From the first line onward, reproduce the records exactly; the final line to include is the one holding "Rectangle(SKETCH_4_W, SKETCH_4_H)".
● ● ● ●
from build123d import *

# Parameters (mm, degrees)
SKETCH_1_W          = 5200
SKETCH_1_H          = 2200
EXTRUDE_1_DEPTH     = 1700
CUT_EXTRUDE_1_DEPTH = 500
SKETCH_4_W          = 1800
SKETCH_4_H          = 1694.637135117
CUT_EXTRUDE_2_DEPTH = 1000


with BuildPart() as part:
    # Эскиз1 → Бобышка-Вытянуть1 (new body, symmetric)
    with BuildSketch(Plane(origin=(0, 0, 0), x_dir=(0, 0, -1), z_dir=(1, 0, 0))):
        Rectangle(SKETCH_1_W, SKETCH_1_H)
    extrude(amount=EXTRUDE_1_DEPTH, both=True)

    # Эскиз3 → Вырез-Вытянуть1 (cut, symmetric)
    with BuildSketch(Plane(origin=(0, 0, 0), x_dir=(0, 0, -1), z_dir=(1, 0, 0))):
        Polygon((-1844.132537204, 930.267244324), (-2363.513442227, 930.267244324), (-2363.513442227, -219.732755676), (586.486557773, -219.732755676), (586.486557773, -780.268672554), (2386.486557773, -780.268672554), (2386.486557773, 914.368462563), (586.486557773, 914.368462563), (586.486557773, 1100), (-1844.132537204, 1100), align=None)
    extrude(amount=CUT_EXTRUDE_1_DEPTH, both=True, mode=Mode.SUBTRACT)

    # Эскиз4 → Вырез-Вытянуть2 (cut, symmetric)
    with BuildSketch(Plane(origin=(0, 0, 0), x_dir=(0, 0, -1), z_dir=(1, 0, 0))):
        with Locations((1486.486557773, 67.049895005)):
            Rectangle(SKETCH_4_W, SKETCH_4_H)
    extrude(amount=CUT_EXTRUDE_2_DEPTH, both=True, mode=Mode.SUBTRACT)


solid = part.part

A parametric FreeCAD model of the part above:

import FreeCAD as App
import Part
import Sketcher


def add_polygon(sketch, points):
    """Adds a closed chain of lines whose ends are joined by coincident constraints."""
    first, n = sketch.GeometryCount, len(points)
    for a, b in zip(points, points[1:] + points[:1]):
        sketch.addGeometry(Part.LineSegment(App.Vector(*a, 0), App.Vector(*b, 0)), False)
    for i in range(n):
        sketch.addConstraint(Sketcher.Constraint("Coincident", first + i, 2, first + (i + 1) % n, 1))

doc = App.newDocument("Part")
params = doc.addObject("Spreadsheet::Sheet", "Params")
for row, (alias, value) in enumerate([
    ("sketch1_width", "2200 mm"),
    ("sketch1_height", "5200 mm"),
    ("pad1_length", "3400 mm"),
    ("sketch2_width", "1150 mm"),
    ("sketch2_height", "2950 mm"),
    ("sketch2_height2", "1800 mm"),
    ("pocket1_length", "1000 mm"),
    ("sketch3_height", "1800 mm"),
    ("pocket2_length", "2000 mm"),
], start=1):
    params.set(f"A{row}", alias)
    params.set(f"B{row}", "=" + value)
    params.setAlias(f"B{row}", alias)

body = doc.addObject("PartDesign::Body", "Body")

# Sketch on YZ plane
sketch1 = body.newObject("Sketcher::SketchObject", "Sketch")
sketch1.AttachmentSupport = (doc.getObject("YZ_Plane"), [""])
sketch1.MapMode = "FlatFace"
add_polygon(sketch1, [(1100, 2600), (-1100, 2600), (-1100, -2600), (1100, -2600)])  # lines 0-3
sketch1.addConstraint(Sketcher.Constraint("Horizontal", 0))
sketch1.addConstraint(Sketcher.Constraint("Vertical", 1))
sketch1.addConstraint(Sketcher.Constraint("Horizontal", 2))
sketch1.addConstraint(Sketcher.Constraint("Vertical", 3))
sketch1.addConstraint(Sketcher.Constraint("Symmetric", 0, 2, 2, 2, -1, 1))
sketch1.addConstraint(Sketcher.Constraint("DistanceX", 0, 2, 0, 1, 2200.0))
sketch1.addConstraint(Sketcher.Constraint("DistanceY", 1, 2, 1, 1, 5200.0))
sketch1.setExpression("Constraints[9]", "Params.sketch1_width")
sketch1.setExpression("Constraints[10]", "Params.sketch1_height")
pad1 = body.newObject("PartDesign::Pad", "Pad")
pad1.Profile = sketch1
pad1.setExpression("Length", "Params.pad1_length")
pad1.Midplane = True

# Sketch on YZ plane
sketch2 = body.newObject("Sketcher::SketchObject", "Sketch001")
sketch2.AttachmentSupport = (doc.getObject("YZ_Plane"), [""])
sketch2.MapMode = "FlatFace"
add_polygon(sketch2, [(930, 1844), (930, 2364), (-220, 2364), (-220, -586), (-780, -586), (-780, -2386), (914, -2386), (914, -586), (1100, -586), (1100, 1844)])  # lines 0-9
sketch2.addConstraint(Sketcher.Constraint("Vertical", 0))
sketch2.addConstraint(Sketcher.Constraint("Horizontal", 1))
sketch2.addConstraint(Sketcher.Constraint("Vertical", 2))
sketch2.addConstraint(Sketcher.Constraint("Horizontal", 3))
sketch2.addConstraint(Sketcher.Constraint("Vertical", 4))
sketch2.addConstraint(Sketcher.Constraint("Horizontal", 5))
sketch2.addConstraint(Sketcher.Constraint("Vertical", 6))
sketch2.addConstraint(Sketcher.Constraint("Horizontal", 7))
sketch2.addConstraint(Sketcher.Constraint("Vertical", 8))
sketch2.addConstraint(Sketcher.Constraint("Horizontal", 9))
sketch2.addConstraint(Sketcher.Constraint("Horizontal", 3, 2, 6, 2))
sketch2.addConstraint(Sketcher.Constraint("DistanceX", 1, 2, 1, 1, 1150.0))
sketch2.addConstraint(Sketcher.Constraint("DistanceY", 2, 2, 2, 1, 2950.0))
sketch2.addConstraint(Sketcher.Constraint("DistanceY", 4, 2, 4, 1, 1800.0))
sketch2.addConstraint(Sketcher.Constraint("DistanceX", -1, 1, 7, 2, 1100.0))
sketch2.addConstraint(Sketcher.Constraint("DistanceX", 3, 2, 3, 1, 560.535917))
sketch2.addConstraint(Sketcher.Constraint("DistanceX", 5, 1, 5, 2, 1694.637135))
sketch2.addConstraint(Sketcher.Constraint("DistanceX", 7, 1, 7, 2, 185.631537))
sketch2.addConstraint(Sketcher.Constraint("DistanceY", 0, 1, 0, 2, 519.380905))
sketch2.addConstraint(Sketcher.Constraint("DistanceY", -1, 1, 0, 2, 2363.513442))
sketch2.setExpression("Constraints[21]", "Params.sketch2_width")
sketch2.setExpression("Constraints[22]", "Params.sketch2_height")
sketch2.setExpression("Constraints[23]", "Params.sketch2_height2")
pocket1 = body.newObject("PartDesign::Pocket", "Pocket")
pocket1.Profile = sketch2
pocket1.setExpression("Length", "Params.pocket1_length")
pocket1.Midplane = True

# Sketch on YZ plane
sketch3 = body.newObject("Sketcher::SketchObject", "Sketch002")
sketch3.AttachmentSupport = (doc.getObject("YZ_Plane"), [""])
sketch3.MapMode = "FlatFace"
add_polygon(sketch3, [(914, -586), (-780, -586), (-780, -2386), (914, -2386)])  # lines 0-3
sketch3.addConstraint(Sketcher.Constraint("Horizontal", 0))
sketch3.addConstraint(Sketcher.Constraint("Vertical", 1))
sketch3.addConstraint(Sketcher.Constraint("Horizontal", 2))
sketch3.addConstraint(Sketcher.Constraint("Vertical", 3))
sketch3.addConstraint(Sketcher.Constraint("DistanceY", 1, 2, 1, 1, 1800.0))
sketch3.addConstraint(Sketcher.Constraint("DistanceX", 0, 2, 0, 1, 1694.637135))
sketch3.addConstraint(Sketcher.Constraint("DistanceX", 0, 2, -1, 1, 780.268673))
sketch3.addConstraint(Sketcher.Constraint("DistanceY", 0, 2, -1, 1, 586.486558))
sketch3.setExpression("Constraints[8]", "Params.sketch3_height")
pocket2 = body.newObject("PartDesign::Pocket", "Pocket001")
pocket2.Profile = sketch3
pocket2.setExpression("Length", "Params.pocket2_length")
pocket2.Midplane = True

doc.recompute()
● ● ● ●
WRITTEN SOLUTION:
from build123d import *

# Parameters (mm, degrees)
SKETCH_1_W          = 5200
SKETCH_1_H          = 2200
EXTRUDE_1_DEPTH     = 1700
CUT_EXTRUDE_1_DEPTH = 500
SKETCH_4_W          = 1800
SKETCH_4_H          = 1694.637135117
CUT_EXTRUDE_2_DEPTH = 1000


with BuildPart() as part:
    # Эскиз1 → Бобышка-Вытянуть1 (new body, symmetric)
    with BuildSketch(Plane(origin=(0, 0, 0), x_dir=(0, 0, -1), z_dir=(1, 0, 0))):
        Rectangle(SKETCH_1_W, SKETCH_1_H)
    extrude(amount=EXTRUDE_1_DEPTH, both=True)

    # Эскиз3 → Вырез-Вытянуть1 (cut, symmetric)
    with BuildSketch(Plane(origin=(0, 0, 0), x_dir=(0, 0, -1), z_dir=(1, 0, 0))):
        Polygon((-1844.132537204, 930.267244324), (-2363.513442227, 930.267244324), (-2363.513442227, -219.732755676), (586.486557773, -219.732755676), (586.486557773, -780.268672554), (2386.486557773, -780.268672554), (2386.486557773, 914.368462563), (586.486557773, 914.368462563), (586.486557773, 1100), (-1844.132537204, 1100), align=None)
    extrude(amount=CUT_EXTRUDE_1_DEPTH, both=True, mode=Mode.SUBTRACT)

    # Эскиз4 → Вырез-Вытянуть2 (cut, symmetric)
    with BuildSketch(Plane(origin=(0, 0, 0), x_dir=(0, 0, -1), z_dir=(1, 0, 0))):
        with Locations((1486.486557773, 67.049895005)):
            Rectangle(SKETCH_4_W, SKETCH_4_H)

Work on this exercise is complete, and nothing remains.